WHAT NEEDS TO BE DONE :: In the data that follows, find the line with "f 28 25 257"; transcribe it, every later line up to the one with "f 126 170 171", and that line as well, exactly and with no others.

Saved entries

# # #

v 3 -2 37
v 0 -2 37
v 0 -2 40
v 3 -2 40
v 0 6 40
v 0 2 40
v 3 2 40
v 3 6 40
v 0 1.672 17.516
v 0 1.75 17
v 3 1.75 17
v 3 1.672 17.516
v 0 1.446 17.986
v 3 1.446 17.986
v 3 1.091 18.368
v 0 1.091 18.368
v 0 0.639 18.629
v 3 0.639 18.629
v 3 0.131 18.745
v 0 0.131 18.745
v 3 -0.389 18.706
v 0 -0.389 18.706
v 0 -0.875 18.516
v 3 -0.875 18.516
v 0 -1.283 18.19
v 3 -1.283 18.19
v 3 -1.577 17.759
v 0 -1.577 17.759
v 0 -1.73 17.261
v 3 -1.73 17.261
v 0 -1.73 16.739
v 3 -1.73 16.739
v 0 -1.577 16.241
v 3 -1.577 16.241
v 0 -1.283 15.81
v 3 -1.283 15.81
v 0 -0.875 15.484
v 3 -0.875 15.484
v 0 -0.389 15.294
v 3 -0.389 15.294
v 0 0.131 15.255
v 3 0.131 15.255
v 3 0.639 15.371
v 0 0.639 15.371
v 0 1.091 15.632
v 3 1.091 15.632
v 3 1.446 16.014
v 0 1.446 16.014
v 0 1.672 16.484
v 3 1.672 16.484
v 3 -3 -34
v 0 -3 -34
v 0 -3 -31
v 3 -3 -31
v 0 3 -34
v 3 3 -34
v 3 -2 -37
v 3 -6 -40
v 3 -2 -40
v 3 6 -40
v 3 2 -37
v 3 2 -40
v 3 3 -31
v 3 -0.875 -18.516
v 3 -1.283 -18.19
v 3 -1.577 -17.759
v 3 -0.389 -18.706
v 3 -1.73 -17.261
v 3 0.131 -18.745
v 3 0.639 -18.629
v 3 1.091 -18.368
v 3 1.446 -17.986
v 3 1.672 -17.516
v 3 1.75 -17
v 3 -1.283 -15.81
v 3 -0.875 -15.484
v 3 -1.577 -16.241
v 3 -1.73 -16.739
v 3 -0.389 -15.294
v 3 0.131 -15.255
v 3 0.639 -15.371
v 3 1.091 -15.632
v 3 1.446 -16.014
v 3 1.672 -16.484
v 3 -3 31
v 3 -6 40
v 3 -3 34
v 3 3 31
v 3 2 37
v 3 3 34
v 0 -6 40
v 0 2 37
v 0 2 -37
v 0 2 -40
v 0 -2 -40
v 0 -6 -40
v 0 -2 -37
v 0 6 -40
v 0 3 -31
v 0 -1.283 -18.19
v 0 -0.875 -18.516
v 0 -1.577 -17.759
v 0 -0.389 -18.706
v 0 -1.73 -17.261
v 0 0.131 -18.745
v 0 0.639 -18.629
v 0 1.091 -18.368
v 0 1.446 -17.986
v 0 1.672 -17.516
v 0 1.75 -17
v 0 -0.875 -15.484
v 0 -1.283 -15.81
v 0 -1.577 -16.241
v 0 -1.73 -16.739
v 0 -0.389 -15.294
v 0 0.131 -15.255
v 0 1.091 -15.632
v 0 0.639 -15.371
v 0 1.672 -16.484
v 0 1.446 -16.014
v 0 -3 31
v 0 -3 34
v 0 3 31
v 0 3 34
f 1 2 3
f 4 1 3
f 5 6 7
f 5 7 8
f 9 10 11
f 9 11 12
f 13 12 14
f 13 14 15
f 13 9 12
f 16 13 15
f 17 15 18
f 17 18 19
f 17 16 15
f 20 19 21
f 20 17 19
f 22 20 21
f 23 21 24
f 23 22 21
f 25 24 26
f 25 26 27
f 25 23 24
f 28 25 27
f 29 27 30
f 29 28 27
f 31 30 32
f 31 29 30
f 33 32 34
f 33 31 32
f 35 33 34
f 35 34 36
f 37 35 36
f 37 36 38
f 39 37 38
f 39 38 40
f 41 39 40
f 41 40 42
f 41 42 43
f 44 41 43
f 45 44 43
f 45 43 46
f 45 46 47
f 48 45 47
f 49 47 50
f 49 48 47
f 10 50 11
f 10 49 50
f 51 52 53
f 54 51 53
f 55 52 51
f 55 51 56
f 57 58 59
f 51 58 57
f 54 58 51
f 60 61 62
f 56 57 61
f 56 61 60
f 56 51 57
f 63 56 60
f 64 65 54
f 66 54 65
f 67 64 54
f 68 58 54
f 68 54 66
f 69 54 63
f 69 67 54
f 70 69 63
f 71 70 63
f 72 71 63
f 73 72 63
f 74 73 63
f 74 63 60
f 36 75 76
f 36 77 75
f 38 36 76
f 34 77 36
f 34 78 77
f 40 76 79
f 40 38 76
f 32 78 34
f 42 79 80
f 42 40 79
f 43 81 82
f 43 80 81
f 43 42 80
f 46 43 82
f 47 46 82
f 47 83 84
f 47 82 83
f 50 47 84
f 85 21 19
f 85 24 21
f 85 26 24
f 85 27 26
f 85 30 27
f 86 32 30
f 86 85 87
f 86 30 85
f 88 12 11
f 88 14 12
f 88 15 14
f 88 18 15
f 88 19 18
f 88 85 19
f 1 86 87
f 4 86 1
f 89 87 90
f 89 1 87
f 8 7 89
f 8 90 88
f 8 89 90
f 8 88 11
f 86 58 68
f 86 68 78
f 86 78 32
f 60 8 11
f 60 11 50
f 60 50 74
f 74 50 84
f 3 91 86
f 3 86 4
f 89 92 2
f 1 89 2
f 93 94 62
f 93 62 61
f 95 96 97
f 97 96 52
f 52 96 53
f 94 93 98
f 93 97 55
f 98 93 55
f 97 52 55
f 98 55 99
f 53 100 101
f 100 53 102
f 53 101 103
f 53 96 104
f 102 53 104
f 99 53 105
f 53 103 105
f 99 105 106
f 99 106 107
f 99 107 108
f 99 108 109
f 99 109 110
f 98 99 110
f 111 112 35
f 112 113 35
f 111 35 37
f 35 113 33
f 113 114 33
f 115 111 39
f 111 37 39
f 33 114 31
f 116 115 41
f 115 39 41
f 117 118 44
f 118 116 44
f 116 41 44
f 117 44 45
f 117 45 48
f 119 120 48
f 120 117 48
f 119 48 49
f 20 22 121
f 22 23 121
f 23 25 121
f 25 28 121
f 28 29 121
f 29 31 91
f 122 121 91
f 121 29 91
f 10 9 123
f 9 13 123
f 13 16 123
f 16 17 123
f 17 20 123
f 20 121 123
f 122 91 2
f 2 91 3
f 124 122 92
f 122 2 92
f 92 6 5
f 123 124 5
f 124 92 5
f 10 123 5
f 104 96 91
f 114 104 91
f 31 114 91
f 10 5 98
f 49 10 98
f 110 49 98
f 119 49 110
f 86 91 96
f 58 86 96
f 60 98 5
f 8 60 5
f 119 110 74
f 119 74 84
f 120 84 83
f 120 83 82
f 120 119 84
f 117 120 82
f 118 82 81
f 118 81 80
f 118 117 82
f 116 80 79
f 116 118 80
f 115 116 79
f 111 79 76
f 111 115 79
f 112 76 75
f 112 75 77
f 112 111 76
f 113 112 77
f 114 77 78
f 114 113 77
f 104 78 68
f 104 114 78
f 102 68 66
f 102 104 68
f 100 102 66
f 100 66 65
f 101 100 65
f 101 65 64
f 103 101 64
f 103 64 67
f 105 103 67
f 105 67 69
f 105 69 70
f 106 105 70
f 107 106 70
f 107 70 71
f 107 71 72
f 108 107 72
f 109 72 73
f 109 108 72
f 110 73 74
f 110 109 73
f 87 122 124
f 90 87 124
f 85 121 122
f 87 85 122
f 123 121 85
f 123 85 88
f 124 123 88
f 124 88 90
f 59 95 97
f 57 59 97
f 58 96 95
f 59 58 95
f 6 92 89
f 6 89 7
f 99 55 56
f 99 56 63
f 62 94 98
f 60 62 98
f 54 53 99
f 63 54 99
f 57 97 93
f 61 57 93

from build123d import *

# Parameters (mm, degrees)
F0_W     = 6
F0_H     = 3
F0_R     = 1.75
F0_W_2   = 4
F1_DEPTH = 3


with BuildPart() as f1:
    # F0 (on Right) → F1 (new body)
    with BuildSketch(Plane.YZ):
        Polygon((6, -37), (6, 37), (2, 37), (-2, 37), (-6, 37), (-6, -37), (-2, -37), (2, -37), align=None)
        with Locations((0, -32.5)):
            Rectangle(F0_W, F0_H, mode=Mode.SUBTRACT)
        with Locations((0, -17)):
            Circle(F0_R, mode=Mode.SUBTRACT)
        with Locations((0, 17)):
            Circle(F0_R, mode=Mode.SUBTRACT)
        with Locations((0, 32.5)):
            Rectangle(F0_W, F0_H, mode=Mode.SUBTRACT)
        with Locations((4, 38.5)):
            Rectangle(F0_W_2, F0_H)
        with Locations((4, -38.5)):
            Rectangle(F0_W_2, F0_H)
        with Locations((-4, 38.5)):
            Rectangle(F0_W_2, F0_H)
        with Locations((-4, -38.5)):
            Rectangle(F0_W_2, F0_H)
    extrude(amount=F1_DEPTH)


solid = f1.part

# # #

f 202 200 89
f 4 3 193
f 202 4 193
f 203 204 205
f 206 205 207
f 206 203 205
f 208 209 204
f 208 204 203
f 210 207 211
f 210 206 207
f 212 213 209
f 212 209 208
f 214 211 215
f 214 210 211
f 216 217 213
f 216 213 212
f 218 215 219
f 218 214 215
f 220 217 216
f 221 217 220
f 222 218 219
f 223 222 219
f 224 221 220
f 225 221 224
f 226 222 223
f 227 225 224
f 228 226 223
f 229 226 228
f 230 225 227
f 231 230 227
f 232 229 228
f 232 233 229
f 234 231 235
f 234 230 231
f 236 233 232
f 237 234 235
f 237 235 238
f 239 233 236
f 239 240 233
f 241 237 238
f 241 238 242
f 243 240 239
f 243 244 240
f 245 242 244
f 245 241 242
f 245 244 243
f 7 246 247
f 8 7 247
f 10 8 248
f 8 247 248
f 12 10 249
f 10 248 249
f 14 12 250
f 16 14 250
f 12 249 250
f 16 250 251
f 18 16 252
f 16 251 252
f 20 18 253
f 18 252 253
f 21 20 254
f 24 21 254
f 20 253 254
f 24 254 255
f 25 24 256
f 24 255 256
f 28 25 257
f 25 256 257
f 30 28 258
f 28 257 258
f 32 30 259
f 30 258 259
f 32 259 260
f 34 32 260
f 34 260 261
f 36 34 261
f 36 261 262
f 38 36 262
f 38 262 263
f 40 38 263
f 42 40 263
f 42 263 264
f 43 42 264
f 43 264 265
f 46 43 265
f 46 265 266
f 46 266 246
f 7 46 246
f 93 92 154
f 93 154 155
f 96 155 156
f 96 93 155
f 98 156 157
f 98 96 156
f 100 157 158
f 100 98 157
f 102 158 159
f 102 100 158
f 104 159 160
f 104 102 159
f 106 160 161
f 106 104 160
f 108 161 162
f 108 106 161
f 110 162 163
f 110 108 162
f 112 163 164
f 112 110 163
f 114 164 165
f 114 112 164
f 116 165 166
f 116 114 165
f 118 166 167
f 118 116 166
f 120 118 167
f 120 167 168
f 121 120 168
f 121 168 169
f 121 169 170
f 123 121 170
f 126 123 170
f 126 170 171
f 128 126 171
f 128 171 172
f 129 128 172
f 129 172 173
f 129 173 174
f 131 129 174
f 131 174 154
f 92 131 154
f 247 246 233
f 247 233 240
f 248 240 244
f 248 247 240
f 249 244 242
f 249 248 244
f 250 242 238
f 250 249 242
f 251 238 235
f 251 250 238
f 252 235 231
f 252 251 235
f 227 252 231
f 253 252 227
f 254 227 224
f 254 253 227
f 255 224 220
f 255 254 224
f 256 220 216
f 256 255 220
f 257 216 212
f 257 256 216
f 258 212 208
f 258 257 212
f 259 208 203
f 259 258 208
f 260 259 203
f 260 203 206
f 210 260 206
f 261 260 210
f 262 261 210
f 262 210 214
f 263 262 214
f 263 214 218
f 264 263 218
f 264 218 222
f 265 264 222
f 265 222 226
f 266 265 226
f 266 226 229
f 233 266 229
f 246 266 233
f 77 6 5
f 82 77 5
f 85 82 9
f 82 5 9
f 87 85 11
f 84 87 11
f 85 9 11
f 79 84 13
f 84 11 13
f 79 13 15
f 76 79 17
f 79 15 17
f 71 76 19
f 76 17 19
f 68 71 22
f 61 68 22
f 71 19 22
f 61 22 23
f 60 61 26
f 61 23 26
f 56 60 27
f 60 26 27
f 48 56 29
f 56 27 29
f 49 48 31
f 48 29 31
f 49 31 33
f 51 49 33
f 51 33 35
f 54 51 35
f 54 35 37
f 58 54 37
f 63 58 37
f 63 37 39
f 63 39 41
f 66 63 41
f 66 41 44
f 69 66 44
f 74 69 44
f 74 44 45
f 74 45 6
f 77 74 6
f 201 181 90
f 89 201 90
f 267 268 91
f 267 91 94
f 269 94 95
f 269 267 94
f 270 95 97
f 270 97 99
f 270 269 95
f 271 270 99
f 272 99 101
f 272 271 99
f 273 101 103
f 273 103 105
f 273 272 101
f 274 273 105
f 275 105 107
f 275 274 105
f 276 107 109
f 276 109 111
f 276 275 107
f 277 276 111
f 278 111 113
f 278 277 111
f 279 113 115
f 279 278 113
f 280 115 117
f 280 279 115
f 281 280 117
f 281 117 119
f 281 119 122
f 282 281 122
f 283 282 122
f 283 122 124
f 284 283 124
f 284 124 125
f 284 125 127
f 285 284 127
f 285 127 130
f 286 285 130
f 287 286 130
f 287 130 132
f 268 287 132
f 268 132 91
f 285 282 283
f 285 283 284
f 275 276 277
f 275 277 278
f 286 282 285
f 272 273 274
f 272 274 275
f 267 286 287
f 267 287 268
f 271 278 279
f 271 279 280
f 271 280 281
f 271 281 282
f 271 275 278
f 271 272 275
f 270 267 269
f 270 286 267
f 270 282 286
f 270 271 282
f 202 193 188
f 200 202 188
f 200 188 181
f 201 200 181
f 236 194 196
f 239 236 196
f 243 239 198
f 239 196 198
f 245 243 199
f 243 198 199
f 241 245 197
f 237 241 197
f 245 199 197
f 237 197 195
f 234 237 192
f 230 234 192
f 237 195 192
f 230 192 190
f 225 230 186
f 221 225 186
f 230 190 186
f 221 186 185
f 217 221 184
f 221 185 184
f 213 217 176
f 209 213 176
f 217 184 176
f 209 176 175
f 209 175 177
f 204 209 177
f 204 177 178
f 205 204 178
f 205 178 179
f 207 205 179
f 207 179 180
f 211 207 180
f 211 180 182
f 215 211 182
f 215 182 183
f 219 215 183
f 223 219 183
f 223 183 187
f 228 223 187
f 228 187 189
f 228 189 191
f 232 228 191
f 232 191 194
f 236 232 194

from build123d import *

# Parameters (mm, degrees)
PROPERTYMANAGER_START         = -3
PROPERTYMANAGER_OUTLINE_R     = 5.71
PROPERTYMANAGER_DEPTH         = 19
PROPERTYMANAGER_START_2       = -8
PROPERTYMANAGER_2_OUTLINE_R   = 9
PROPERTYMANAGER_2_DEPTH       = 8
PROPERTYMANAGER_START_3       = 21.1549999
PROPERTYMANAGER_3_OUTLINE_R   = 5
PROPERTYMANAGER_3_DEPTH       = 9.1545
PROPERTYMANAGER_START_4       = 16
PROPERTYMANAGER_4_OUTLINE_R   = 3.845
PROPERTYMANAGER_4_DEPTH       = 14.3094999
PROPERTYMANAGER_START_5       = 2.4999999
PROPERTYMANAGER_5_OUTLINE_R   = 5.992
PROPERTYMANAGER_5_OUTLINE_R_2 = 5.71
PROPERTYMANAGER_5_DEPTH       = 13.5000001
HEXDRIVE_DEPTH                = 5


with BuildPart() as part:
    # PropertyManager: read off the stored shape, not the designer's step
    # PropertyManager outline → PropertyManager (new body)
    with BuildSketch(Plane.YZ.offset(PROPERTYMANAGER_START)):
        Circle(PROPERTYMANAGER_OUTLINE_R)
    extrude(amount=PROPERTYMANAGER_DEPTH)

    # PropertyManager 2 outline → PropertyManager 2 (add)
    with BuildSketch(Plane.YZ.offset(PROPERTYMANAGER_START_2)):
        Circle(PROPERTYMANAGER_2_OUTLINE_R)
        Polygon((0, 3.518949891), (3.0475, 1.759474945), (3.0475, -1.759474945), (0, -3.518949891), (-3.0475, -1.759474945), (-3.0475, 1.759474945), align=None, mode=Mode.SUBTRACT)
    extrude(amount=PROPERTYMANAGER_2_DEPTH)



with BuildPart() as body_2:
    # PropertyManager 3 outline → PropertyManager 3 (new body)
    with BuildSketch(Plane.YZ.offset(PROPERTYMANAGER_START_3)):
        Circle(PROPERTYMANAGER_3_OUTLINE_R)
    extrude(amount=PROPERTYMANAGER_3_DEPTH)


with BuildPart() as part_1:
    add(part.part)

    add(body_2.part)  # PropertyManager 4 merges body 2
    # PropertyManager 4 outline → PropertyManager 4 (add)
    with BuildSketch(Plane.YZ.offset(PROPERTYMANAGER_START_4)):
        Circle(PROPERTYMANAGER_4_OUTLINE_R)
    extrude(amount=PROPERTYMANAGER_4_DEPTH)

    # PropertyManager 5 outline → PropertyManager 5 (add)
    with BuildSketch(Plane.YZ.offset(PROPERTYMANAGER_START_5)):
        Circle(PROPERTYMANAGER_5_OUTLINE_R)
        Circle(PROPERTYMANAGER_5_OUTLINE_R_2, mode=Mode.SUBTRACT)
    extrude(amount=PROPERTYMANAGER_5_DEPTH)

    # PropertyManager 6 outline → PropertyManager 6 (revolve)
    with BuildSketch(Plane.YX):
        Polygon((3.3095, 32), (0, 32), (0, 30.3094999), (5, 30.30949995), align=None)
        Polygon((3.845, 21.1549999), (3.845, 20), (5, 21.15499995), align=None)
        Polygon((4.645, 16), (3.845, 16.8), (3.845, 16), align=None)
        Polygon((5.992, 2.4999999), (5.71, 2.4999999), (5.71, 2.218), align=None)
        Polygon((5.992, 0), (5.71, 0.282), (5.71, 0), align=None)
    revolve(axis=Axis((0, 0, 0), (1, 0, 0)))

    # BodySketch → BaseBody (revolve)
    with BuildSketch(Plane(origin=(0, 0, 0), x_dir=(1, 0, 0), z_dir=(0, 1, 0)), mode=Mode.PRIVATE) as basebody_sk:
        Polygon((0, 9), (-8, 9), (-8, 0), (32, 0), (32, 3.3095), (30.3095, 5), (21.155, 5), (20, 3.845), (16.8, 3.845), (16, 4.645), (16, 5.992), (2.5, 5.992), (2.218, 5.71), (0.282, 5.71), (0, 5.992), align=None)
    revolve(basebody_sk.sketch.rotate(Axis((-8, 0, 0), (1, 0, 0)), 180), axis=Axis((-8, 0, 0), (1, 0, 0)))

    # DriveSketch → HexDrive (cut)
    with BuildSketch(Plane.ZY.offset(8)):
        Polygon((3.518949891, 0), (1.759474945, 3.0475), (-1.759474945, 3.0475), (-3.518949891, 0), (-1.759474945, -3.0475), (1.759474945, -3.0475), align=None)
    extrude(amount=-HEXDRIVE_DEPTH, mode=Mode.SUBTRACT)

# # #

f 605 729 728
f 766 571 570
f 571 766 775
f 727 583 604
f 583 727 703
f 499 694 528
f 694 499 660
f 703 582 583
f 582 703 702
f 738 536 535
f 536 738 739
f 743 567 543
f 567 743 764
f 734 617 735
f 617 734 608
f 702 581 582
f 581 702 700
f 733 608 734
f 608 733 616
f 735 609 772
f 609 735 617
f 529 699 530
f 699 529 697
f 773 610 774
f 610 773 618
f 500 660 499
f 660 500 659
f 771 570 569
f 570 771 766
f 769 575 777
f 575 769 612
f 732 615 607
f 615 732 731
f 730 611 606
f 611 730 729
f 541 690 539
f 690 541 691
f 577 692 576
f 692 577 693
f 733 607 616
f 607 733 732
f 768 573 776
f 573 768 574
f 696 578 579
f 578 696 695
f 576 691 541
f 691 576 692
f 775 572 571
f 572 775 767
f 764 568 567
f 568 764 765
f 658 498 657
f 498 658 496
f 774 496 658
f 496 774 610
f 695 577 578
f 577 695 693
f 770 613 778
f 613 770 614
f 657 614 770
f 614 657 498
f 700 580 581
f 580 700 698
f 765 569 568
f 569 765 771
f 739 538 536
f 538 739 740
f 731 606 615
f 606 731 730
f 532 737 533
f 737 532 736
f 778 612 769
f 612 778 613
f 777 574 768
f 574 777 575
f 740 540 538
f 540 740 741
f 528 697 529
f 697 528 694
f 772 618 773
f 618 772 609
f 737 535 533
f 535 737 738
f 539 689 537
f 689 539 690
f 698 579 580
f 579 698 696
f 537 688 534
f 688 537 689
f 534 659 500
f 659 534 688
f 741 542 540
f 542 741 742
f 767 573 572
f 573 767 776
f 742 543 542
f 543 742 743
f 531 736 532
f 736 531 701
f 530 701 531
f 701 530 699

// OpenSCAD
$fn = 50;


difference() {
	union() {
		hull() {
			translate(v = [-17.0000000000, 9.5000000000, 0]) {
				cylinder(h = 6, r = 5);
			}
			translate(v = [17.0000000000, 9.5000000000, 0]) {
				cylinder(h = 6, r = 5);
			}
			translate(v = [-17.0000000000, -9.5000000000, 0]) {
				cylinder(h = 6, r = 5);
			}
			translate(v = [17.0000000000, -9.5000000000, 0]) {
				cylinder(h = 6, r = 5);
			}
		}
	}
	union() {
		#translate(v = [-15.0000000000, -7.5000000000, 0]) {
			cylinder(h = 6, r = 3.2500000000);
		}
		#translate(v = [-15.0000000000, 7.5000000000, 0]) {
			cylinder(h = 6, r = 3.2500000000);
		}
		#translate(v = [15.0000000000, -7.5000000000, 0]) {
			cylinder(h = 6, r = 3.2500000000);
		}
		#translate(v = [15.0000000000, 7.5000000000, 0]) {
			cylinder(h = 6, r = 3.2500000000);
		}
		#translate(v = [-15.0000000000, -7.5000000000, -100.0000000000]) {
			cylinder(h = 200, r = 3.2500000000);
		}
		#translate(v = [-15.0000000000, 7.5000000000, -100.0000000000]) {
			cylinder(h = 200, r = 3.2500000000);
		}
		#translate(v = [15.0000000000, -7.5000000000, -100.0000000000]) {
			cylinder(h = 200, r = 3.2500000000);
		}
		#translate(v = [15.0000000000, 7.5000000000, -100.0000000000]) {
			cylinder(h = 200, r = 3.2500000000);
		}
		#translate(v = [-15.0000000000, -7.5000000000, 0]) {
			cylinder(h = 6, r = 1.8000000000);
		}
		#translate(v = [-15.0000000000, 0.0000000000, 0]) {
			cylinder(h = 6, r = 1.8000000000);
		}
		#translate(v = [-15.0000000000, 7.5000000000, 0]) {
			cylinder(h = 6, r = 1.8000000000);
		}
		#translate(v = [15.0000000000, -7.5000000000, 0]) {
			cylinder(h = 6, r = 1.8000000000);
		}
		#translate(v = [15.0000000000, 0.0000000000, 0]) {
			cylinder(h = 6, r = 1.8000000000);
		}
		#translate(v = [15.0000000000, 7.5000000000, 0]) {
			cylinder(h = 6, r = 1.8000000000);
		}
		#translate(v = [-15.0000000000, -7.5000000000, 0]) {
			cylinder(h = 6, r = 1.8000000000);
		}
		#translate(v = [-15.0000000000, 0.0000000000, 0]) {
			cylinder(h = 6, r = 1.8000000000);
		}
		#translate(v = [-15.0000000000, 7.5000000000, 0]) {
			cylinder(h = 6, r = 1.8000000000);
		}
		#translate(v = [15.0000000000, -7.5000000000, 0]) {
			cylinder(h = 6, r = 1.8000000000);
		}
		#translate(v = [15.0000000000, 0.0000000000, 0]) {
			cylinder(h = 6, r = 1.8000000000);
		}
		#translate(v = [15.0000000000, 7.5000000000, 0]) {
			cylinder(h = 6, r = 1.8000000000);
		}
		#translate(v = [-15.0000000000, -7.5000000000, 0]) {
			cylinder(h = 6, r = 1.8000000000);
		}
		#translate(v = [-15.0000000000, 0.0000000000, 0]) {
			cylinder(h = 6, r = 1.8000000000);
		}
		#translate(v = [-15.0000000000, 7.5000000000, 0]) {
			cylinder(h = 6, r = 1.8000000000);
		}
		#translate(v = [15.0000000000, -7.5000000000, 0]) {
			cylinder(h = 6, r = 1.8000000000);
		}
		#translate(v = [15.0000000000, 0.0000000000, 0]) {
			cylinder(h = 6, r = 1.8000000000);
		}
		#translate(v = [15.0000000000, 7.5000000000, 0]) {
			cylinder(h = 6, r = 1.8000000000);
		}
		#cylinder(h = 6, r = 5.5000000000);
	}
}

# # #

SOLUTION BELOW ::
f 28 25 257
f 25 256 257
f 30 28 258
f 28 257 258
f 32 30 259
f 30 258 259
f 32 259 260
f 34 32 260
f 34 260 261
f 36 34 261
f 36 261 262
f 38 36 262
f 38 262 263
f 40 38 263
f 42 40 263
f 42 263 264
f 43 42 264
f 43 264 265
f 46 43 265
f 46 265 266
f 46 266 246
f 7 46 246
f 93 92 154
f 93 154 155
f 96 155 156
f 96 93 155
f 98 156 157
f 98 96 156
f 100 157 158
f 100 98 157
f 102 158 159
f 102 100 158
f 104 159 160
f 104 102 159
f 106 160 161
f 106 104 160
f 108 161 162
f 108 106 161
f 110 162 163
f 110 108 162
f 112 163 164
f 112 110 163
f 114 164 165
f 114 112 164
f 116 165 166
f 116 114 165
f 118 166 167
f 118 116 166
f 120 118 167
f 120 167 168
f 121 120 168
f 121 168 169
f 121 169 170
f 123 121 170
f 126 123 170
f 126 170 171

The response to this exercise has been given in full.